> **WHAT THE TASK ASKS**
Look through the material below and copy exactly the lines from the line with "f 182 81 80" to the line with "f 212 142 126", those two lines included.

****************

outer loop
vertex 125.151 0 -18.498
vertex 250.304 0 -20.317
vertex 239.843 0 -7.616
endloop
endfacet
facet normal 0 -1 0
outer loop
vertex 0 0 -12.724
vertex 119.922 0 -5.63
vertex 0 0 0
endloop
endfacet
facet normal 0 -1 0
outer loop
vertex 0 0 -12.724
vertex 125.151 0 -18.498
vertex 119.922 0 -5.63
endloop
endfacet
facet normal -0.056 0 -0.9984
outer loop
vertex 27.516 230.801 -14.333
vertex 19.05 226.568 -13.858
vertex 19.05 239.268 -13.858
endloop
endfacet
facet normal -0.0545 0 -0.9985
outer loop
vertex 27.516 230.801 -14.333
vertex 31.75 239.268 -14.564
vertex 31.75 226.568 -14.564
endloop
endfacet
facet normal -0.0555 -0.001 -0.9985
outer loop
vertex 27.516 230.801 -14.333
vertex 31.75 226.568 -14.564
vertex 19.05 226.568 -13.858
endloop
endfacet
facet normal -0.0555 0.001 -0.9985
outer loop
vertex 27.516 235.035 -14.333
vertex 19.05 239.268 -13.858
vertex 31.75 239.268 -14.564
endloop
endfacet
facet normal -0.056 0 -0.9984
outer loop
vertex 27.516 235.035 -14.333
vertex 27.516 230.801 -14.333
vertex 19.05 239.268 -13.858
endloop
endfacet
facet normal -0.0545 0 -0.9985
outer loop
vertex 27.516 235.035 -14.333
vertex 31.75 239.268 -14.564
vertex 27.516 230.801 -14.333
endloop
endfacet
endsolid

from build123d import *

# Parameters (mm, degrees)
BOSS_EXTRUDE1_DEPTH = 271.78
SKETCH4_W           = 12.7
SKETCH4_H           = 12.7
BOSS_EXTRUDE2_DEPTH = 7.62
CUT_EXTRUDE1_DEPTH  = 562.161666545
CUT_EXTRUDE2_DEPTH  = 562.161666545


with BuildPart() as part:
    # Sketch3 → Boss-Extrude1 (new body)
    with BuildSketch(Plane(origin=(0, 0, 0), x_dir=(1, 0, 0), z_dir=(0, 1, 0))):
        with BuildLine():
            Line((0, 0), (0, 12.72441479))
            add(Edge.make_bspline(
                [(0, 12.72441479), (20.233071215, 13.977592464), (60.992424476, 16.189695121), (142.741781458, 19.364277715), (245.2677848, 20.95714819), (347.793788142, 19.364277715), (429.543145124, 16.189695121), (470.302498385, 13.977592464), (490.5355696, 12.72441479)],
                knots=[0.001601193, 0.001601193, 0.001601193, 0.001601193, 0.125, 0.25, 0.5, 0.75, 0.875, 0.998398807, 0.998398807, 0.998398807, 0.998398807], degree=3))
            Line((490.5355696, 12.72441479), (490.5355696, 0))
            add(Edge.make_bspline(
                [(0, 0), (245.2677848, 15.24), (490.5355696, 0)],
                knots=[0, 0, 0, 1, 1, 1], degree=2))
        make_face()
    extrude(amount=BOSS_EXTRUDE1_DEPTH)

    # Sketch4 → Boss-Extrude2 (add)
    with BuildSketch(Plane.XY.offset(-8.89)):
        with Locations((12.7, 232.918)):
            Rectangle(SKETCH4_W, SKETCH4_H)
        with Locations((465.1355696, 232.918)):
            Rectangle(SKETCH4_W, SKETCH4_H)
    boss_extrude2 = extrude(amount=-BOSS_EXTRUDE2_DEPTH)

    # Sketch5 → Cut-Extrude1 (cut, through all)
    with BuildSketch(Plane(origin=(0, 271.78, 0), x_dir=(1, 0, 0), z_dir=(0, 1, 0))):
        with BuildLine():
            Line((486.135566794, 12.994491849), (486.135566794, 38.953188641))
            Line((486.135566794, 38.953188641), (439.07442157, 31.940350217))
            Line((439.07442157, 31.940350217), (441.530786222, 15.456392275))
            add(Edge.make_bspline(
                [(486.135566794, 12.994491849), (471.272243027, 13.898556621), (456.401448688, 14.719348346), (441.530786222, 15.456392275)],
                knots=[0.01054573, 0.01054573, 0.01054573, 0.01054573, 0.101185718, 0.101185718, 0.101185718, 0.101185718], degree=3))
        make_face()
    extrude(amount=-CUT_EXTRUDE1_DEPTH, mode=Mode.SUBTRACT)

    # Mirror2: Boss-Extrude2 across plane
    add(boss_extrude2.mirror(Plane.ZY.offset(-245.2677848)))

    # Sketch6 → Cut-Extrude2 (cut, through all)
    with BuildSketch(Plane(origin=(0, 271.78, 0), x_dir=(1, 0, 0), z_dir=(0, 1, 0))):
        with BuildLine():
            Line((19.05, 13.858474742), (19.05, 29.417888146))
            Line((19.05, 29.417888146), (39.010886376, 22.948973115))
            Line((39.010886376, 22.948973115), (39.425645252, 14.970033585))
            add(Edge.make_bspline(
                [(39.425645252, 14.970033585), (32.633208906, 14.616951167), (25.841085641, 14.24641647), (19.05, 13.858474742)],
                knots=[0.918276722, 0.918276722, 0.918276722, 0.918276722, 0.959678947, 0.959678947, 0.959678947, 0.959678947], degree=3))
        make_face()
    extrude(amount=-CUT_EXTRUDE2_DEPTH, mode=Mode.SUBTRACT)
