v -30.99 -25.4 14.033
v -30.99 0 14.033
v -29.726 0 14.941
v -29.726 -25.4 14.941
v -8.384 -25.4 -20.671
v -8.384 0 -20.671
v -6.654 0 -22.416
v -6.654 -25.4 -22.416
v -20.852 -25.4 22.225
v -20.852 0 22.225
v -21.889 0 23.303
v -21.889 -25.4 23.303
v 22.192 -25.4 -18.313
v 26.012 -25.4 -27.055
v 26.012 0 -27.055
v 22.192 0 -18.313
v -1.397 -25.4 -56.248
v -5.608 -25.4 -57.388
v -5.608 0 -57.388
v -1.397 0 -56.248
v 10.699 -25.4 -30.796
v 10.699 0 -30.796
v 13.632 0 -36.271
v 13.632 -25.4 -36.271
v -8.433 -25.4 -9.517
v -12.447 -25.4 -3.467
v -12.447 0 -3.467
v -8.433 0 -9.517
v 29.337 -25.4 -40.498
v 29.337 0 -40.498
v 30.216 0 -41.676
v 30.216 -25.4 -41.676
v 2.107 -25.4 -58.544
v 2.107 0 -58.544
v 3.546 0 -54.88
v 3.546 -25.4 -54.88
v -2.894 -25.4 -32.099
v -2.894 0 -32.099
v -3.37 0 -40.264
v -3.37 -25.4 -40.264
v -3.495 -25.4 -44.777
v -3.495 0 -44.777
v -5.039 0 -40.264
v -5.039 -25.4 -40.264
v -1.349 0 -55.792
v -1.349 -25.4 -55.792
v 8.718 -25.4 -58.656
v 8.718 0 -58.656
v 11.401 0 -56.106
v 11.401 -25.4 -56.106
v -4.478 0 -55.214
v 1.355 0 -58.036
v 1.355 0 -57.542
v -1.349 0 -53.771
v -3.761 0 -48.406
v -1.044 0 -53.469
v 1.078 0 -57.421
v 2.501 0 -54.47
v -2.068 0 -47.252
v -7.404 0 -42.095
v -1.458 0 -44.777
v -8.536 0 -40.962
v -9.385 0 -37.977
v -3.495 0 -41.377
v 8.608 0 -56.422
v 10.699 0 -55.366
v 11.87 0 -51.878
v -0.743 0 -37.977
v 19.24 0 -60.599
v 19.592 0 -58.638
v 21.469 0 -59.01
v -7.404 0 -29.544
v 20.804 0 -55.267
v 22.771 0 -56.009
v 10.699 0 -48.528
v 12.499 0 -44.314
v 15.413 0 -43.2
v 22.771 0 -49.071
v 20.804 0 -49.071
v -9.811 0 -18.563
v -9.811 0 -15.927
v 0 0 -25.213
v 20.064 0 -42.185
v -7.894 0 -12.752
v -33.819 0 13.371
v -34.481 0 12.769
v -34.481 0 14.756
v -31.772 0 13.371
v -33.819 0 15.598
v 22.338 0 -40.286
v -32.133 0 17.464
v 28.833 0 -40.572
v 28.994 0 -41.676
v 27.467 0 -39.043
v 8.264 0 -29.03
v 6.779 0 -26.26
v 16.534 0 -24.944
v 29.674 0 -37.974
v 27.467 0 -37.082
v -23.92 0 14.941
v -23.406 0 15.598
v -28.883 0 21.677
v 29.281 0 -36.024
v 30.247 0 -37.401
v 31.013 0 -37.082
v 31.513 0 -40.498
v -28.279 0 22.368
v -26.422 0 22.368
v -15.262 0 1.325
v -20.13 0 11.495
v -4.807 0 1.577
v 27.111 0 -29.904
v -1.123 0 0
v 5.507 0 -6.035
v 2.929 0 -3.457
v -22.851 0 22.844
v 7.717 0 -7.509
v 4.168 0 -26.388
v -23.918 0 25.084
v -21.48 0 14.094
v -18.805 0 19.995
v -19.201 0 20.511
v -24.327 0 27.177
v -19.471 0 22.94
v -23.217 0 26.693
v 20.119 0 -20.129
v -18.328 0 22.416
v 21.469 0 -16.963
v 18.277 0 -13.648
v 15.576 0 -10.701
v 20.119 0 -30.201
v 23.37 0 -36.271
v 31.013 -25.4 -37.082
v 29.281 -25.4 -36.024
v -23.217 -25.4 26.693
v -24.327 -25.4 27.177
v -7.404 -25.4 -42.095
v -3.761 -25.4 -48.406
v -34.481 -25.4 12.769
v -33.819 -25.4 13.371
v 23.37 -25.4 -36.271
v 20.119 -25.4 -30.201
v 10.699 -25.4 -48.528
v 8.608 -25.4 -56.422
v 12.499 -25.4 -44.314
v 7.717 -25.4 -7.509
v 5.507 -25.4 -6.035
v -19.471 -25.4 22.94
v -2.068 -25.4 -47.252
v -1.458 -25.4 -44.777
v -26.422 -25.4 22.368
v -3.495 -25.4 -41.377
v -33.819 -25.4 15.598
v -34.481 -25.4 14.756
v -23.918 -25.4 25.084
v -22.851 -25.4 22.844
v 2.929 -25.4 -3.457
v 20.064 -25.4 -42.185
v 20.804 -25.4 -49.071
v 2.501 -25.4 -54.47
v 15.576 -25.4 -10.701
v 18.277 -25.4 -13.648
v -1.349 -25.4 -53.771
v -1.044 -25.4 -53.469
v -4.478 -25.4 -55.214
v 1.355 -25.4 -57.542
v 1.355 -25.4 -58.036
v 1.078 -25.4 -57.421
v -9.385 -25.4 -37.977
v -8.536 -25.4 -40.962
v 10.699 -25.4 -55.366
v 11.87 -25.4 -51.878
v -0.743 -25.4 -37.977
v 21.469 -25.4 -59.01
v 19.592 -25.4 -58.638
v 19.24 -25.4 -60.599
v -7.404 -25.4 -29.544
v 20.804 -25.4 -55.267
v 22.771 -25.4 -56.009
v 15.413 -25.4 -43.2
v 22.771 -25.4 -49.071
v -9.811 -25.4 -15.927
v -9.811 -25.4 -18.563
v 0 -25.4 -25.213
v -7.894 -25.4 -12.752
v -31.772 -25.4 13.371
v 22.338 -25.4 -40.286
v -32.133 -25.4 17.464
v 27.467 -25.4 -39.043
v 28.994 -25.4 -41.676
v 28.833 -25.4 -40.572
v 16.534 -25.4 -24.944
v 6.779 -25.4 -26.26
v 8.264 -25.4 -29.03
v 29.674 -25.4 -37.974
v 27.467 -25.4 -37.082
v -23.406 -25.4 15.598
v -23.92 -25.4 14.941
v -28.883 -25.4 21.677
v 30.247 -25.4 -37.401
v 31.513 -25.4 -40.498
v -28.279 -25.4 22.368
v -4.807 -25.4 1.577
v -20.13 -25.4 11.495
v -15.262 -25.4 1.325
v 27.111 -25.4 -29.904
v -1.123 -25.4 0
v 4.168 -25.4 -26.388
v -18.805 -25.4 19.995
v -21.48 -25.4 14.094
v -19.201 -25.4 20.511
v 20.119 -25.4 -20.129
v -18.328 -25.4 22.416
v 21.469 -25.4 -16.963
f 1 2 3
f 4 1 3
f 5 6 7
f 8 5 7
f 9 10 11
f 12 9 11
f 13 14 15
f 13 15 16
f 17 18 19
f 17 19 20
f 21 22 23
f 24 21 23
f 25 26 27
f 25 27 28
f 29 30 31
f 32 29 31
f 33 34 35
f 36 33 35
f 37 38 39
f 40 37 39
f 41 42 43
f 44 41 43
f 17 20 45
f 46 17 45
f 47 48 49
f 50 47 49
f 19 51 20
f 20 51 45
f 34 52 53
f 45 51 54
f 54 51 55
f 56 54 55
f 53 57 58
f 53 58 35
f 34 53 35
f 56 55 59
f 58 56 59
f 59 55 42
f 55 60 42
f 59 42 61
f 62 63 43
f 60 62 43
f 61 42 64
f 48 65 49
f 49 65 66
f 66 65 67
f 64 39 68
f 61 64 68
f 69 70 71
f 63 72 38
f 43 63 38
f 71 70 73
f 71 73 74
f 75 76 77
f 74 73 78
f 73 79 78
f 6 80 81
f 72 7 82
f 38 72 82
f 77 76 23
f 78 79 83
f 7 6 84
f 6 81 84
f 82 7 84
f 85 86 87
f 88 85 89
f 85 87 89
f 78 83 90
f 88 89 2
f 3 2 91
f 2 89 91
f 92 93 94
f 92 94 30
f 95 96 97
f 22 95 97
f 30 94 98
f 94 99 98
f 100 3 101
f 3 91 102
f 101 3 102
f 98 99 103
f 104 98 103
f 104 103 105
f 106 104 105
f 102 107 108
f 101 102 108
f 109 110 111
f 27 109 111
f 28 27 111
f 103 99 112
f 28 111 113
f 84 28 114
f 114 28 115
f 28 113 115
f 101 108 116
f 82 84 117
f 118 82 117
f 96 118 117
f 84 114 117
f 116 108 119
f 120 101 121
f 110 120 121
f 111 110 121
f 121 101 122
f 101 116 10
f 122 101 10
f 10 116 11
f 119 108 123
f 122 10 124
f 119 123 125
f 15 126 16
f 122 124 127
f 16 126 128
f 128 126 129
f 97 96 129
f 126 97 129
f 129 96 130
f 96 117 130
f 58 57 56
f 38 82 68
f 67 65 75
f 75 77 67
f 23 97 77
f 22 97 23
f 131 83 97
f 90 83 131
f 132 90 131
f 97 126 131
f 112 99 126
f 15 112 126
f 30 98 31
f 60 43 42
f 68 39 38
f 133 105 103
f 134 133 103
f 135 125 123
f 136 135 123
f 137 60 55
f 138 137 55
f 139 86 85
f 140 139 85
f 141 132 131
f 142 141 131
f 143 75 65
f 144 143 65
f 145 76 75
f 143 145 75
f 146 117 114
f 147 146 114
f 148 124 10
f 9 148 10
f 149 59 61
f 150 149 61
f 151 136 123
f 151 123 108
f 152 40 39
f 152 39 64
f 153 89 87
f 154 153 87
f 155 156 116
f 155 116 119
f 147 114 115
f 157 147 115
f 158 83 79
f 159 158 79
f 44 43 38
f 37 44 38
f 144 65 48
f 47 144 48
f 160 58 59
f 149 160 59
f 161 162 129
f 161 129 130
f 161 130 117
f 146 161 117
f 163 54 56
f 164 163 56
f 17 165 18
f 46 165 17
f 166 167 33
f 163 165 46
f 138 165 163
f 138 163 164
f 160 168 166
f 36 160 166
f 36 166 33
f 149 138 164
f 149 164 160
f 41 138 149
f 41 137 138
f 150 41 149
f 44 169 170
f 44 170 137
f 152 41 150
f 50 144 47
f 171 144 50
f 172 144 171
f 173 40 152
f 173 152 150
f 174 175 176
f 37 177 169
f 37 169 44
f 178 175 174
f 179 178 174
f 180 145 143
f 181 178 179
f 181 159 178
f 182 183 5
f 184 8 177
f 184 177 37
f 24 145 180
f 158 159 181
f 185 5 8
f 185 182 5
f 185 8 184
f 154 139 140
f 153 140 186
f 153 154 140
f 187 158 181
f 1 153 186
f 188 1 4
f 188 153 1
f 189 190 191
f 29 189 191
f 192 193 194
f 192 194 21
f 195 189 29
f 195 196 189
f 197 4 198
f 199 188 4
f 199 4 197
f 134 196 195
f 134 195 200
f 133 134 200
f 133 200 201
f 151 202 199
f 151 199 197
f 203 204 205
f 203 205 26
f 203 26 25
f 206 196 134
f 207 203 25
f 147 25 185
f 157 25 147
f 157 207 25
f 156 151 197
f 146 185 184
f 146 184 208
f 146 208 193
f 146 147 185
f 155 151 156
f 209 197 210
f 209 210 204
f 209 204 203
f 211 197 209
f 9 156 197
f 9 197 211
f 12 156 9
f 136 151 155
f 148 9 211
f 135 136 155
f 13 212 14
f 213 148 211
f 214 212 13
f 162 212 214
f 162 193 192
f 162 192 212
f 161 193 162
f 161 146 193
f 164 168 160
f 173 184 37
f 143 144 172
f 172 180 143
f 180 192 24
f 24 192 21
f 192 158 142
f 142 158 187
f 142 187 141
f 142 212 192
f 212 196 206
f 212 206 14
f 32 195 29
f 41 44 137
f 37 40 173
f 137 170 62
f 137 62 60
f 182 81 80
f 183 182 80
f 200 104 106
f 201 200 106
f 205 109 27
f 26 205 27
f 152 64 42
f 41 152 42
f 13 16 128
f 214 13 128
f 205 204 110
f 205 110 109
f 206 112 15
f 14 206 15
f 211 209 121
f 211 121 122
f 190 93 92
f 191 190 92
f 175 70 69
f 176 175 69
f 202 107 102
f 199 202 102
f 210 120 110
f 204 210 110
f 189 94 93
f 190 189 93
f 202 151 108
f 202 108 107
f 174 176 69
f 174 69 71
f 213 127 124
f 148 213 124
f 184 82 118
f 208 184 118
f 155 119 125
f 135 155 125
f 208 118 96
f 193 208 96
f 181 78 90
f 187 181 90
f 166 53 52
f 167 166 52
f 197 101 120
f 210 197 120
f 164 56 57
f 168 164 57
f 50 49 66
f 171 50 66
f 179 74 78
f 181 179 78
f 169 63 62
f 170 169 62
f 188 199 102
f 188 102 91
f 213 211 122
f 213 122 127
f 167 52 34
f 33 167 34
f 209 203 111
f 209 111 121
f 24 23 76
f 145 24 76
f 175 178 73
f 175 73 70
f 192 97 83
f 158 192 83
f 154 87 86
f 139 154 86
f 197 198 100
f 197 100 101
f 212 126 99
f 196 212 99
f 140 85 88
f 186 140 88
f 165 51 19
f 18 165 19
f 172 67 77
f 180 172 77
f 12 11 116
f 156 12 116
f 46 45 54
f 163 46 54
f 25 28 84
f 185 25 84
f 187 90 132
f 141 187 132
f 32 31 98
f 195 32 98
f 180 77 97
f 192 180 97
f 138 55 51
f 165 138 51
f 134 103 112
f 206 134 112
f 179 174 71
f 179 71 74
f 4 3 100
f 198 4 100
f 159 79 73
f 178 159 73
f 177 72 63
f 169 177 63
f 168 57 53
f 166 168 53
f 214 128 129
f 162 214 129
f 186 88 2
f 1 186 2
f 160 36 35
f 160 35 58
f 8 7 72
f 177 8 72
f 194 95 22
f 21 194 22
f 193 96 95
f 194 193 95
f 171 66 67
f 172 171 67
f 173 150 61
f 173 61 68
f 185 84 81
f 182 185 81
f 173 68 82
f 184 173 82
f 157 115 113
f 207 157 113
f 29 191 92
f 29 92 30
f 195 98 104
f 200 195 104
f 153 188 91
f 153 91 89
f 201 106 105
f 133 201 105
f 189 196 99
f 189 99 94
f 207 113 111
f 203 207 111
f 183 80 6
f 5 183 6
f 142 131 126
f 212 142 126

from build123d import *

# Parameters (mm, degrees)
F1_DEPTH = 25.4


with BuildPart() as f1:
    # F0 (on Front) → F1 (new body)
    with BuildSketch(Plane.XZ):
        Polygon((-4.807071, 1.577358), (-18.804783, 19.995399), (-19.201438, 20.510813), (-18.328309, 22.415822), (-19.470988, 22.93955), (-20.851724, 22.225376), (-21.888541, 23.302863), (-22.851409, 22.844328), (-23.918144, 25.084342), (-23.217195, 26.69334), (-24.327368, 27.17698), (-26.422277, 22.368211), (-28.279129, 22.368211), (-28.883137, 21.677395), (-32.133359, 17.464144), (-33.818658, 15.598277), (-34.480739, 14.755626), (-34.480739, 12.769381), (-33.818658, 13.371274), (-31.772222, 13.371274), (-30.989761, 14.033356), (-29.725786, 14.940684), (-26.475566, 14.940684), (-23.919655, 14.940684), (-23.405911, 15.598277), (-21.479854, 14.093545), (-20.130018, 11.494951), (-15.262124, 1.325255), (-12.446605, -3.467118), (-8.432992, -9.51749), (-7.893849, -12.752342), (-9.810799, -15.927291), (-9.810799, -18.563095), (-8.383603, -20.670711), (-6.653502, -22.416285), (0, -25.213145), (4.167965, -26.388429), (6.779463, -26.259693), (8.263807, -29.03047), (10.698803, -30.795518), (13.631921, -36.270678), (12.499449, -44.314019), (10.698803, -48.52825), (8.607689, -56.42225), (8.717785, -58.655619), (11.401466, -56.10612), (10.698803, -55.366475), (11.870418, -51.878039), (15.41289, -43.200385), (16.533865, -24.944445), (20.064365, -42.185199), (20.804008, -49.071185), (20.804008, -52.51319), (20.804008, -55.267211), (19.592239, -58.638137), (19.239724, -60.599003), (21.46933, -59.010107), (22.771196, -56.008819), (22.771196, -49.071185), (22.338118, -40.285911), (23.370066, -36.270678), (20.118674, -30.201407), (20.118674, -27.645931), (20.118674, -20.128688), (27.467125, -37.082013), (27.467125, -39.04331), (28.99437, -41.676154), (28.832508, -40.571583), (29.336633, -40.497709), (30.216336, -41.676154), (29.67385, -37.97416), (30.246906, -37.401102), (31.513076, -40.497709), (31.012544, -37.082013), (29.280987, -36.023837), (27.111409, -29.904326), (26.01208, -27.055074), (22.192179, -18.312787), (21.46933, -16.963469), (18.276872, -13.64822), (15.57556, -10.701334), (7.717195, -7.508874), (5.507031, -6.035431), (2.928506, -3.456905), (-1.123464, 0), align=None)
        Polygon((0, -25.213145), (-6.653502, -22.416285), (-7.403816, -29.544273), (-9.385442, -37.977327), (-8.536174, -40.962219), (-7.403816, -42.094577), (-3.761253, -48.406478), (-1.043809, -53.469059), (1.077536, -57.421111), (1.354785, -57.54178), (1.354785, -58.036473), (2.10664, -58.543845), (3.545563, -54.87987), (2.500879, -54.4696), (-2.067813, -47.252391), (-3.49469, -44.776939), (-5.039291, -40.263818), (-2.894435, -32.09877), align=None)
        Polygon((-0.742696, -37.977327), (0, -25.213145), (-2.894435, -32.09877), (-3.369526, -40.263818), (-3.49469, -41.377133), (-3.49469, -44.776939), (-2.067813, -47.252391), (-1.458444, -44.776939), align=None)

****************

> **TASK SOLUTION**
f 182 81 80
f 183 182 80
f 200 104 106
f 201 200 106
f 205 109 27
f 26 205 27
f 152 64 42
f 41 152 42
f 13 16 128
f 214 13 128
f 205 204 110
f 205 110 109
f 206 112 15
f 14 206 15
f 211 209 121
f 211 121 122
f 190 93 92
f 191 190 92
f 175 70 69
f 176 175 69
f 202 107 102
f 199 202 102
f 210 120 110
f 204 210 110
f 189 94 93
f 190 189 93
f 202 151 108
f 202 108 107
f 174 176 69
f 174 69 71
f 213 127 124
f 148 213 124
f 184 82 118
f 208 184 118
f 155 119 125
f 135 155 125
f 208 118 96
f 193 208 96
f 181 78 90
f 187 181 90
f 166 53 52
f 167 166 52
f 197 101 120
f 210 197 120
f 164 56 57
f 168 164 57
f 50 49 66
f 171 50 66
f 179 74 78
f 181 179 78
f 169 63 62
f 170 169 62
f 188 199 102
f 188 102 91
f 213 211 122
f 213 122 127
f 167 52 34
f 33 167 34
f 209 203 111
f 209 111 121
f 24 23 76
f 145 24 76
f 175 178 73
f 175 73 70
f 192 97 83
f 158 192 83
f 154 87 86
f 139 154 86
f 197 198 100
f 197 100 101
f 212 126 99
f 196 212 99
f 140 85 88
f 186 140 88
f 165 51 19
f 18 165 19
f 172 67 77
f 180 172 77
f 12 11 116
f 156 12 116
f 46 45 54
f 163 46 54
f 25 28 84
f 185 25 84
f 187 90 132
f 141 187 132
f 32 31 98
f 195 32 98
f 180 77 97
f 192 180 97
f 138 55 51
f 165 138 51
f 134 103 112
f 206 134 112
f 179 174 71
f 179 71 74
f 4 3 100
f 198 4 100
f 159 79 73
f 178 159 73
f 177 72 63
f 169 177 63
f 168 57 53
f 166 168 53
f 214 128 129
f 162 214 129
f 186 88 2
f 1 186 2
f 160 36 35
f 160 35 58
f 8 7 72
f 177 8 72
f 194 95 22
f 21 194 22
f 193 96 95
f 194 193 95
f 171 66 67
f 172 171 67
f 173 150 61
f 173 61 68
f 185 84 81
f 182 185 81
f 173 68 82
f 184 173 82
f 157 115 113
f 207 157 113
f 29 191 92
f 29 92 30
f 195 98 104
f 200 195 104
f 153 188 91
f 153 91 89
f 201 106 105
f 133 201 105
f 189 196 99
f 189 99 94
f 207 113 111
f 203 207 111
f 183 80 6
f 5 183 6
f 142 131 126
f 212 142 126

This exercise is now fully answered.